Bryn gestured to a set of white overalls that were neatly bagged and tied behind the woman. “Could I just have those back?”
“New entrance, new se
t.” The woman’s robotic demeanour was terrifying. Jason hurriedly scribbled his name on the clipboard and shifted into his overalls, keeping the camera in his hand until he could slip it into the overall pocket. The woman looked pointedly at the device but said nothing. The boots were more like flimsy shower caps, which barely fitted over his trainers, and the gloves were too tight and restricted his fingers. He could already feel sweat gathering on his palms under the latex.
Owain had excused himself, but Bryn was dressed in the same sterile white getup. Jason hoped he didn’t look half as ridiculous as the detective, beer belly warping the suit to turn him into a plastic polar bear. “Let’s get inside.”
Jason followed Bryn across the threshold, not sure what to expect. But the place was quite nice inside, wooden floors and everything in matching black and white. There were framed photographs of Gina and Laurie, and one of those Andy Warhol-style prints of the two of them in four different psychedelic poses. The place was fairly neat, with a few books scattered round, but nothing much in the way of clutter or mess. Two large bin bags sat by the back door, overflowing with paper plates and plastic cups.

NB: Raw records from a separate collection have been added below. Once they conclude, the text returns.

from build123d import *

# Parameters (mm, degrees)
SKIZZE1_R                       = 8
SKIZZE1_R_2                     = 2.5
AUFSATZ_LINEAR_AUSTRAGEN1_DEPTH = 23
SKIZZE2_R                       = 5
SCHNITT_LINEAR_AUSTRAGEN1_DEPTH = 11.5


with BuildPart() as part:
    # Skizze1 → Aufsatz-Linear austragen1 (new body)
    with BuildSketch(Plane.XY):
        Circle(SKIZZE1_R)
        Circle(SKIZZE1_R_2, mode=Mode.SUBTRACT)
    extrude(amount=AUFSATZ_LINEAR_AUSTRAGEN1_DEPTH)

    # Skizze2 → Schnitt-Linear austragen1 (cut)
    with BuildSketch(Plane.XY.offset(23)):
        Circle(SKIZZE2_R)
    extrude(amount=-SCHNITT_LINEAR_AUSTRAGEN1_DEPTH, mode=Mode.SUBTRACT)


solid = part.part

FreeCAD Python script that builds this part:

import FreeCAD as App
import Part
import Sketcher
from FreeCAD import Vector

doc = App.newDocument("Part")
body = doc.addObject("PartDesign::Body", "Body")

# Sketch on XY plane
sketch1 = doc.addObject("Sketcher::SketchObject", "Sketch")
body.addObject(sketch1)
sketch1.AttachmentSupport = (doc.XY_Plane, [""])
sketch1.MapMode = "FlatFace"
sketch1.addGeometry([
    Part.Circle(Vector(0, 0, 0), Vector(0, 0, 1), 8),
    Part.Circle(Vector(0, 0, 0), Vector(0, 0, 1), 2.5),
], False)
sketch1.addConstraint([
    Sketcher.Constraint("Coincident", 0, 3, -1, 1),
    Sketcher.Constraint("Coincident", 1, 3, -1, 1),
    Sketcher.Constraint("Diameter", 0, 16.0),
    Sketcher.Constraint("Diameter", 1, 5.0),
])
pad1 = doc.addObject("PartDesign::Pad", "Pad")
body.addObject(pad1)
pad1.Profile = sketch1
pad1.Length = 23

# Sketch on XY plane
sketch2 = doc.addObject("Sketcher::SketchObject", "Sketch001")
body.addObject(sketch2)
sketch2.AttachmentSupport = (doc.XY_Plane, [""])
sketch2.MapMode = "FlatFace"
sketch2.AttachmentOffset = App.Placement(Vector(0, 0, 23), App.Rotation())
sketch2.addGeometry(Part.Circle(Vector(0, 0, 0), Vector(0, 0, 1), 5), False)
sketch2.addConstraint([
    Sketcher.Constraint("Coincident", 0, 3, -1, 1),
    Sketcher.Constraint("Diameter", 0, 10.0),
])
pocket1 = doc.addObject("PartDesign::Pocket", "Pocket")
body.addObject(pocket1)
pocket1.Profile = sketch2
pocket1.Length = 11.5

doc.recompute()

They certainly hadn’t been robbed or searched, at least not obviously. Jason turned on Cerys’s camera and lined up a few shots, including the ghastly Warhol replica. He turned to find Bryn waiting expectantly on the stairs. “She’s not looking for interior design. Get up here.”
The top floor was crowded, with several police officers and crime scene techs at work, all ghosts in the same anonymous white overalls. Two were in the bathroom, carefully lifting footprints from the tile floor and the windowsill. Jason took a snap.
Bryn walked into the front bedroom and Jason followed without thinking. And froze.